Report how many lines in the records below contain the word "amount". Nothing else belongs in the answer.

== SUPPLIED RECORDS ==

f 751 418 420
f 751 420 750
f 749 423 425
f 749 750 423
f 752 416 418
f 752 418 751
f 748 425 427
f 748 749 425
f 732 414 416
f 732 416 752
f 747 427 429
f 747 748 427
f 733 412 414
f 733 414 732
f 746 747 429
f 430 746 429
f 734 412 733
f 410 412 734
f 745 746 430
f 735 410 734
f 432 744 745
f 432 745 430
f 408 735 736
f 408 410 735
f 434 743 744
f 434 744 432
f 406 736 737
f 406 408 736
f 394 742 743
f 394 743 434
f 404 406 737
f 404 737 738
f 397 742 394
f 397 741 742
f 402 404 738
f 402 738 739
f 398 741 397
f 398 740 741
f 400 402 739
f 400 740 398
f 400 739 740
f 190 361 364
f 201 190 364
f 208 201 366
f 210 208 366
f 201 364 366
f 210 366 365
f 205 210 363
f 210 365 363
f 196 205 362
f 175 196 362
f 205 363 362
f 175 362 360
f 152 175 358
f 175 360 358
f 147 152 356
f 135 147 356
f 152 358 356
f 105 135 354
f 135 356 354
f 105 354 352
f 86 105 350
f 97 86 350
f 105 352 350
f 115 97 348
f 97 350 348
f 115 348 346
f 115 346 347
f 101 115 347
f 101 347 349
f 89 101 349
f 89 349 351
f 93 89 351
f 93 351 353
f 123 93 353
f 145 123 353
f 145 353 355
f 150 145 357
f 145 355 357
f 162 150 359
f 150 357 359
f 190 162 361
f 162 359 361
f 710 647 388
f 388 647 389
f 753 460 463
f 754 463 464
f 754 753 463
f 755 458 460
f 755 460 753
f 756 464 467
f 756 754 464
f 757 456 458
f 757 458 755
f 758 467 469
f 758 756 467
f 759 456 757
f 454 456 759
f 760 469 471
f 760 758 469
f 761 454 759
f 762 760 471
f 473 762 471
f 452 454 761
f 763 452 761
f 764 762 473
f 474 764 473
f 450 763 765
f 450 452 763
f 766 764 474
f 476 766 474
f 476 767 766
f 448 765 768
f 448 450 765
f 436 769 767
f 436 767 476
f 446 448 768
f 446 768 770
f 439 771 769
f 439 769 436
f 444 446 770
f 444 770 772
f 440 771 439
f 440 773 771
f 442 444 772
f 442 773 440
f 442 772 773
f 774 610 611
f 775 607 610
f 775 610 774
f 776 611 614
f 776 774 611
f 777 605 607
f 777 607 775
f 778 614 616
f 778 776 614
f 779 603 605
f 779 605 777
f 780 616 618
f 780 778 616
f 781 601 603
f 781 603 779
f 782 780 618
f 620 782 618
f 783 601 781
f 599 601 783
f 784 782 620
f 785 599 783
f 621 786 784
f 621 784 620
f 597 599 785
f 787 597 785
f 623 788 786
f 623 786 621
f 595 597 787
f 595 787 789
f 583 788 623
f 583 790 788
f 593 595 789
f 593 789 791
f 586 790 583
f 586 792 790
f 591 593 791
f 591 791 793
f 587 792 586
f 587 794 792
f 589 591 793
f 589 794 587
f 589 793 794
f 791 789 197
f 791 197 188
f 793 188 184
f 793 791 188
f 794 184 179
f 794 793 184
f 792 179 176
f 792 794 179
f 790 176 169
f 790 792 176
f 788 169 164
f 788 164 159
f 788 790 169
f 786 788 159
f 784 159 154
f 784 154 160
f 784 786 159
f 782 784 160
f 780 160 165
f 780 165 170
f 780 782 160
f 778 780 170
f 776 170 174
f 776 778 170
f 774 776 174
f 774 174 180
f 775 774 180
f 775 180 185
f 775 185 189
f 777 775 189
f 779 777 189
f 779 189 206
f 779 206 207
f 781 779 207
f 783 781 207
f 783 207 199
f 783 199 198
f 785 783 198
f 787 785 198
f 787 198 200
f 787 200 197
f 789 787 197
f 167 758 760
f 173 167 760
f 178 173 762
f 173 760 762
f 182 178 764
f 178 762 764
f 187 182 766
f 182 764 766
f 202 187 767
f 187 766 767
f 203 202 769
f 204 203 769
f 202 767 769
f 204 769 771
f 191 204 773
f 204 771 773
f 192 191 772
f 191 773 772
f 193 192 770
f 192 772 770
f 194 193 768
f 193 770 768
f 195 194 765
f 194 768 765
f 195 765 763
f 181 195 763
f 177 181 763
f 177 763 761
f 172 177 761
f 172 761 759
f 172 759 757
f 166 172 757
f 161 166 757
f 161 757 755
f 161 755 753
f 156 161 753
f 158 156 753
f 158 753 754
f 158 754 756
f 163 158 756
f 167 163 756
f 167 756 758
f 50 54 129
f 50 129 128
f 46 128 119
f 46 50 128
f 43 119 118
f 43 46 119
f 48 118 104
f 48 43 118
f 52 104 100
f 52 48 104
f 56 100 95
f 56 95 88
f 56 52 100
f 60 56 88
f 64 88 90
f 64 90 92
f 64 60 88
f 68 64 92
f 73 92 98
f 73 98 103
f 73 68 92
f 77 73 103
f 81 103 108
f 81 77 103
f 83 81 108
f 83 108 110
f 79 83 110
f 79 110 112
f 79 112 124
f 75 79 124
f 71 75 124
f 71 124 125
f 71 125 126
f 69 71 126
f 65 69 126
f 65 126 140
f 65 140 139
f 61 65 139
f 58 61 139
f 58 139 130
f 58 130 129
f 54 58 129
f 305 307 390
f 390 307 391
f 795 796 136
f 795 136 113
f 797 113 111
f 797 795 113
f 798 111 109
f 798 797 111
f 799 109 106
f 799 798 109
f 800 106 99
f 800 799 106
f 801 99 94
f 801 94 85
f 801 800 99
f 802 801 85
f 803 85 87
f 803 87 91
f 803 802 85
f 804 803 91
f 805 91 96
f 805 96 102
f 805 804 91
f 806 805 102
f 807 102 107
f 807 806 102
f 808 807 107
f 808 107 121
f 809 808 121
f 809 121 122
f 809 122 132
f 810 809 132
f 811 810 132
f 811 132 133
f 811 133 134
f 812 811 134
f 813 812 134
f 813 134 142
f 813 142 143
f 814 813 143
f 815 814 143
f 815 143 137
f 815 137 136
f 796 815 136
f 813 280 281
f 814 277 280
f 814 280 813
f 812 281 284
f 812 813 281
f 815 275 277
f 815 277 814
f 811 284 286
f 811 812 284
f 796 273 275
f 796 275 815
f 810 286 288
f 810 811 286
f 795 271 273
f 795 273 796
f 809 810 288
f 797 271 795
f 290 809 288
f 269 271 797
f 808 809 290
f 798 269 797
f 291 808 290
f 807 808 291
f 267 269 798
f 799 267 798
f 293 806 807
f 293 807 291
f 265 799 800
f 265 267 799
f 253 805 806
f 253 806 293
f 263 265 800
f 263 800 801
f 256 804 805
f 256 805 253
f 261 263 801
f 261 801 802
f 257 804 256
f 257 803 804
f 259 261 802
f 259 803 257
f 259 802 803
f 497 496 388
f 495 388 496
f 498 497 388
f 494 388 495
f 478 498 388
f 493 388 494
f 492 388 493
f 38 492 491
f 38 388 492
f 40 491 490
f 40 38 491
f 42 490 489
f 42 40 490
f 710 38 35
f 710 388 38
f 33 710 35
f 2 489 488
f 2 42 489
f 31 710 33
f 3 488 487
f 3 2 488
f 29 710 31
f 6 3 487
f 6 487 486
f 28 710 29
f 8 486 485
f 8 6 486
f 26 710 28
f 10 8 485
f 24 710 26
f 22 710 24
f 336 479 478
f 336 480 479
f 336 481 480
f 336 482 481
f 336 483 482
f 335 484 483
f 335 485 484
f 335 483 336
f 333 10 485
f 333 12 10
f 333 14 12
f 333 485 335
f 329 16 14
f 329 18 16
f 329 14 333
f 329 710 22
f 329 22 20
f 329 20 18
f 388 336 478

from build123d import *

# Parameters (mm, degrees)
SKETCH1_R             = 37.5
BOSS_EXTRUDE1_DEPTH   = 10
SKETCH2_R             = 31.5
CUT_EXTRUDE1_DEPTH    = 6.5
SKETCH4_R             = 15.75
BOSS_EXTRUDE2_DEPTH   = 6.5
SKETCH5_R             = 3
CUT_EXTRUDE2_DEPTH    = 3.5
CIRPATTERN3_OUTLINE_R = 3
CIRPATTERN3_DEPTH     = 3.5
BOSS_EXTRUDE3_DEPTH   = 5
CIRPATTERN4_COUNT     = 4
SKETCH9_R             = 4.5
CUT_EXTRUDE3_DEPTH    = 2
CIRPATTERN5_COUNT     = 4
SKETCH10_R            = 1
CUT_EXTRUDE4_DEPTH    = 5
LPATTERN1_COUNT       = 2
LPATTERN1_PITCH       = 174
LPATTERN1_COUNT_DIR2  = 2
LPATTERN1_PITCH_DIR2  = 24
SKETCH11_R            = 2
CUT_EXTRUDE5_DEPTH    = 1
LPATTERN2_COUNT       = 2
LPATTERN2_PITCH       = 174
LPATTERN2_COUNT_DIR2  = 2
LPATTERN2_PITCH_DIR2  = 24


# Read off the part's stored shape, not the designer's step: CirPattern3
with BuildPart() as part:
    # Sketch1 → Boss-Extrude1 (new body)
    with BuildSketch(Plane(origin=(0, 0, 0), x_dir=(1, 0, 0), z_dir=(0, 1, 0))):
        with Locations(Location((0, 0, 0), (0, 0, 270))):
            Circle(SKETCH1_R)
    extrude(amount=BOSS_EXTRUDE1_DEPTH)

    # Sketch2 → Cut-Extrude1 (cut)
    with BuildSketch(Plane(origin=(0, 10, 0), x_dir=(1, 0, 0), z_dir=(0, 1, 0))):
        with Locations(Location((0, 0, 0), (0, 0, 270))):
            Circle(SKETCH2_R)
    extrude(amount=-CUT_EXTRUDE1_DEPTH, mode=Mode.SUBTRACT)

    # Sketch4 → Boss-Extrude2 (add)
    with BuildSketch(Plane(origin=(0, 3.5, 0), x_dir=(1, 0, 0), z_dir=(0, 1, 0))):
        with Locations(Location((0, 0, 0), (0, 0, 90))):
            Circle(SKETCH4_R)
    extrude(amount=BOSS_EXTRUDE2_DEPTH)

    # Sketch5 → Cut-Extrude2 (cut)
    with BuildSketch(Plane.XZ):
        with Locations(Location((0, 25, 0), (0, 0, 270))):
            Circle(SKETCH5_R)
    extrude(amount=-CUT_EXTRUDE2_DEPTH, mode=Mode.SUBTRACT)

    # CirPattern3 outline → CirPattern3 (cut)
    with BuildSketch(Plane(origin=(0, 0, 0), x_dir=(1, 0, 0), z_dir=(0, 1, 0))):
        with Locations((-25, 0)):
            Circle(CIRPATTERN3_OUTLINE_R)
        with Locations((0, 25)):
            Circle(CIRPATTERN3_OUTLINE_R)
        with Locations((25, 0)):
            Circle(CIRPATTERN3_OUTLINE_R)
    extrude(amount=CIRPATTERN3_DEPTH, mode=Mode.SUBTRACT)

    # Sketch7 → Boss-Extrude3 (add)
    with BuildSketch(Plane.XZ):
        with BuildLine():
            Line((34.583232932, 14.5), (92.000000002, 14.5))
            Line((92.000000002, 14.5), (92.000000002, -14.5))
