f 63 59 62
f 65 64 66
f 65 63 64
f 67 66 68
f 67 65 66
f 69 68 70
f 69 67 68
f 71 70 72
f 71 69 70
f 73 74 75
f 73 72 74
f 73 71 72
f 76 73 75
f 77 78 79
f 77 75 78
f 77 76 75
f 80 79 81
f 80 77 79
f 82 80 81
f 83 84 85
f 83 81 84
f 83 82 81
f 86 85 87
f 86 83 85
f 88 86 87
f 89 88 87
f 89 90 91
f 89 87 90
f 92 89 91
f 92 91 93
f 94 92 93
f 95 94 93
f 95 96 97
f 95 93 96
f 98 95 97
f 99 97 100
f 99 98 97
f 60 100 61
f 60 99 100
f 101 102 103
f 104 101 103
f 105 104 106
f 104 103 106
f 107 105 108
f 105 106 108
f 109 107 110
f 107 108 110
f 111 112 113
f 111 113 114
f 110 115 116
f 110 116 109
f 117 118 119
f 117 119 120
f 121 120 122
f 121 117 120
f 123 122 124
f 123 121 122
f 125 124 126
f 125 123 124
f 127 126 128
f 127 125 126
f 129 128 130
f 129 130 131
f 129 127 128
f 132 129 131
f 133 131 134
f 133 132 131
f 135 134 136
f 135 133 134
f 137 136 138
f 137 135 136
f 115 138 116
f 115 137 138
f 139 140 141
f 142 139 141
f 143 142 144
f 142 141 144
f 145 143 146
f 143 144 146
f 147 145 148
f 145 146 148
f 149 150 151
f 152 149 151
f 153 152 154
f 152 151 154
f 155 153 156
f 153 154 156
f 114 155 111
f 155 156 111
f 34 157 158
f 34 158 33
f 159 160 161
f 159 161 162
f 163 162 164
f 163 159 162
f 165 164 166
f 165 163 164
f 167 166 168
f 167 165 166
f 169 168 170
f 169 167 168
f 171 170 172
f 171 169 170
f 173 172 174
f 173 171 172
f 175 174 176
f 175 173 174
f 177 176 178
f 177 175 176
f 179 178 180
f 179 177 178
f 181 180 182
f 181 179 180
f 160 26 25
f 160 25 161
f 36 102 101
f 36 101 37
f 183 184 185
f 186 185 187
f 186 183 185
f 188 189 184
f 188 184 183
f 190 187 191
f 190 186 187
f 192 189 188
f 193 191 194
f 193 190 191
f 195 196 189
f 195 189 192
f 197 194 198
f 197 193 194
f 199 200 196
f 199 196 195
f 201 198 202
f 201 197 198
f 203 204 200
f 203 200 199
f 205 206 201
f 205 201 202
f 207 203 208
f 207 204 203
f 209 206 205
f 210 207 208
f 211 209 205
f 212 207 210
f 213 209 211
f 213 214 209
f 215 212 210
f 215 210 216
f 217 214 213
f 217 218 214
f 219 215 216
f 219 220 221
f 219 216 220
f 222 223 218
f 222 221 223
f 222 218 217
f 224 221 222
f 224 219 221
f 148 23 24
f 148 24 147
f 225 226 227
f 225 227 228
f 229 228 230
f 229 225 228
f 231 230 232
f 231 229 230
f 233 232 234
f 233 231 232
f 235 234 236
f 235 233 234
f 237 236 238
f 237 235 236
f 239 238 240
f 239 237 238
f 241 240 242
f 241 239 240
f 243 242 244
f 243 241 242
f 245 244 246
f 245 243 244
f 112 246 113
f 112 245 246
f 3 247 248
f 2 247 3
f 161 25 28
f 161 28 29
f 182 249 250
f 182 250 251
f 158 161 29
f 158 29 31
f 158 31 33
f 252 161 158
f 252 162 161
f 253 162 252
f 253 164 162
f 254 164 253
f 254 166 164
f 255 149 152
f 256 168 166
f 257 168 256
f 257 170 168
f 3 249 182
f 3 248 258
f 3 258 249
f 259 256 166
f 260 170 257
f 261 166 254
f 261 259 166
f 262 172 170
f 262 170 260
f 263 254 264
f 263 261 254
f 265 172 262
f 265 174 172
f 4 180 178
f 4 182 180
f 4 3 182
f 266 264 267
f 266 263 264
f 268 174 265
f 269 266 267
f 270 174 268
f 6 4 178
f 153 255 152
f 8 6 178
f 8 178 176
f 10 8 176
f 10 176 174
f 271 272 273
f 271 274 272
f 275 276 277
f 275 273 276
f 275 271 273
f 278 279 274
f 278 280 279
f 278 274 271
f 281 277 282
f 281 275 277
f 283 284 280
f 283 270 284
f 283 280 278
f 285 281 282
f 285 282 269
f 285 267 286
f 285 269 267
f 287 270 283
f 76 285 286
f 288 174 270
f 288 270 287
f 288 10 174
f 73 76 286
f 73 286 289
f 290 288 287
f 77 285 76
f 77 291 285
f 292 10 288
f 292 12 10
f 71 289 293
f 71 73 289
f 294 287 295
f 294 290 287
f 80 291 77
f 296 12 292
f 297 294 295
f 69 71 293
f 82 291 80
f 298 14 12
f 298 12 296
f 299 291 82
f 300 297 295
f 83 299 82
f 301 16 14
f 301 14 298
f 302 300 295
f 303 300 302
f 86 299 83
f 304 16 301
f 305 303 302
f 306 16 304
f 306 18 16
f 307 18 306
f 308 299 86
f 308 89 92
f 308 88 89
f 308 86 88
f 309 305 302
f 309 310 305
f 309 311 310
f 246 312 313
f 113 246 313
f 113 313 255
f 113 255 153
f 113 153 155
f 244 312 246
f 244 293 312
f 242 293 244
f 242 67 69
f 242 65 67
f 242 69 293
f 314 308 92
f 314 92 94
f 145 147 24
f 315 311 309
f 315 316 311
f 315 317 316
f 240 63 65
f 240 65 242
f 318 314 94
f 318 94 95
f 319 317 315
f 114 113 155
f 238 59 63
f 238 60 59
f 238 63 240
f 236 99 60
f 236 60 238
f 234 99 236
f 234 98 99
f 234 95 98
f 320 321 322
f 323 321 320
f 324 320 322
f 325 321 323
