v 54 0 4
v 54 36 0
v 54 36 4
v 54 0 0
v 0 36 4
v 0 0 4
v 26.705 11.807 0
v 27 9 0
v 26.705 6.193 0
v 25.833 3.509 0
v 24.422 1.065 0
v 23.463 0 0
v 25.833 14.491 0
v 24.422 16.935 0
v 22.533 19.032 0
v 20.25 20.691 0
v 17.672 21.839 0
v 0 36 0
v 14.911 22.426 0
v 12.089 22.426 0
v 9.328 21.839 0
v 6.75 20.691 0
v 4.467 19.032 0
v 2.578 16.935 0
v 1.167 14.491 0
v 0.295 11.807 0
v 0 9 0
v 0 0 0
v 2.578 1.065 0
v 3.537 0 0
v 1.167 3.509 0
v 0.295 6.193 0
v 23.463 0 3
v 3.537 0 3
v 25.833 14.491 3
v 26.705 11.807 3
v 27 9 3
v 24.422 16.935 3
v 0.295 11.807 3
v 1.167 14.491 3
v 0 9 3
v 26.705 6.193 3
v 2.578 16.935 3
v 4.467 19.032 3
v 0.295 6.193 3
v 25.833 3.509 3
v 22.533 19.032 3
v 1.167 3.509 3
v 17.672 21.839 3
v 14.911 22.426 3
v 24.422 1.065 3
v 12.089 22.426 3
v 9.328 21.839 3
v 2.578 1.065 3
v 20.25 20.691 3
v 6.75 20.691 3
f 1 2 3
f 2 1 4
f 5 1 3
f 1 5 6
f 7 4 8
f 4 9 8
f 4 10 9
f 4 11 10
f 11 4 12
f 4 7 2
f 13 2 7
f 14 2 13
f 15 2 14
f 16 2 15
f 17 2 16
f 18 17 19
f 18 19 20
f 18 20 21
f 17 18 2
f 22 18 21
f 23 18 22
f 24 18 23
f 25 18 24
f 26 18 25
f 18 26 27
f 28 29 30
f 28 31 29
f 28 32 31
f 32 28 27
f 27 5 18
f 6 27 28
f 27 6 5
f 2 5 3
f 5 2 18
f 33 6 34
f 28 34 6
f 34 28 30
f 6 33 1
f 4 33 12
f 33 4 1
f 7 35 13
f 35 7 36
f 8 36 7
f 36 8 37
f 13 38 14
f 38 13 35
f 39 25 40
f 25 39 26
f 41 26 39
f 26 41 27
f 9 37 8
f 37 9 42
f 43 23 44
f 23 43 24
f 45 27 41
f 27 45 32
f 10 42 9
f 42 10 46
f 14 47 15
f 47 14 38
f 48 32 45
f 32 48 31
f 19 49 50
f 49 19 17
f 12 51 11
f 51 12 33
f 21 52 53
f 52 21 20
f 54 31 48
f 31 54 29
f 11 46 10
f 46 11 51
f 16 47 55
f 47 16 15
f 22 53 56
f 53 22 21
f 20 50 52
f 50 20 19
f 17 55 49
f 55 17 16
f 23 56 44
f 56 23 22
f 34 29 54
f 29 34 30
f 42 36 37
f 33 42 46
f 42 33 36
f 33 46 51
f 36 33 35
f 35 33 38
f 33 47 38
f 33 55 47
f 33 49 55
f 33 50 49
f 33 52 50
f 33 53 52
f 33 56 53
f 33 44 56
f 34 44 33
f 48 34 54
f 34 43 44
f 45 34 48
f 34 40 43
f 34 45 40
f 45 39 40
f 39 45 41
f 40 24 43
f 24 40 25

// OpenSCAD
module rectangular_plate(width, height, depth) {
  difference() {
    cube([width, height, depth]);
    translate([width/4, height/4, depth/4])
    cylinder(h=depth, r=width/4, center=true);
    translate([width/4, height/4, depth/4])
    cylinder(h=depth, r=height/4, center=true);
  }
}

rectangular_plate(54, 36, 4);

===

EXERCISE RESPONSE » 5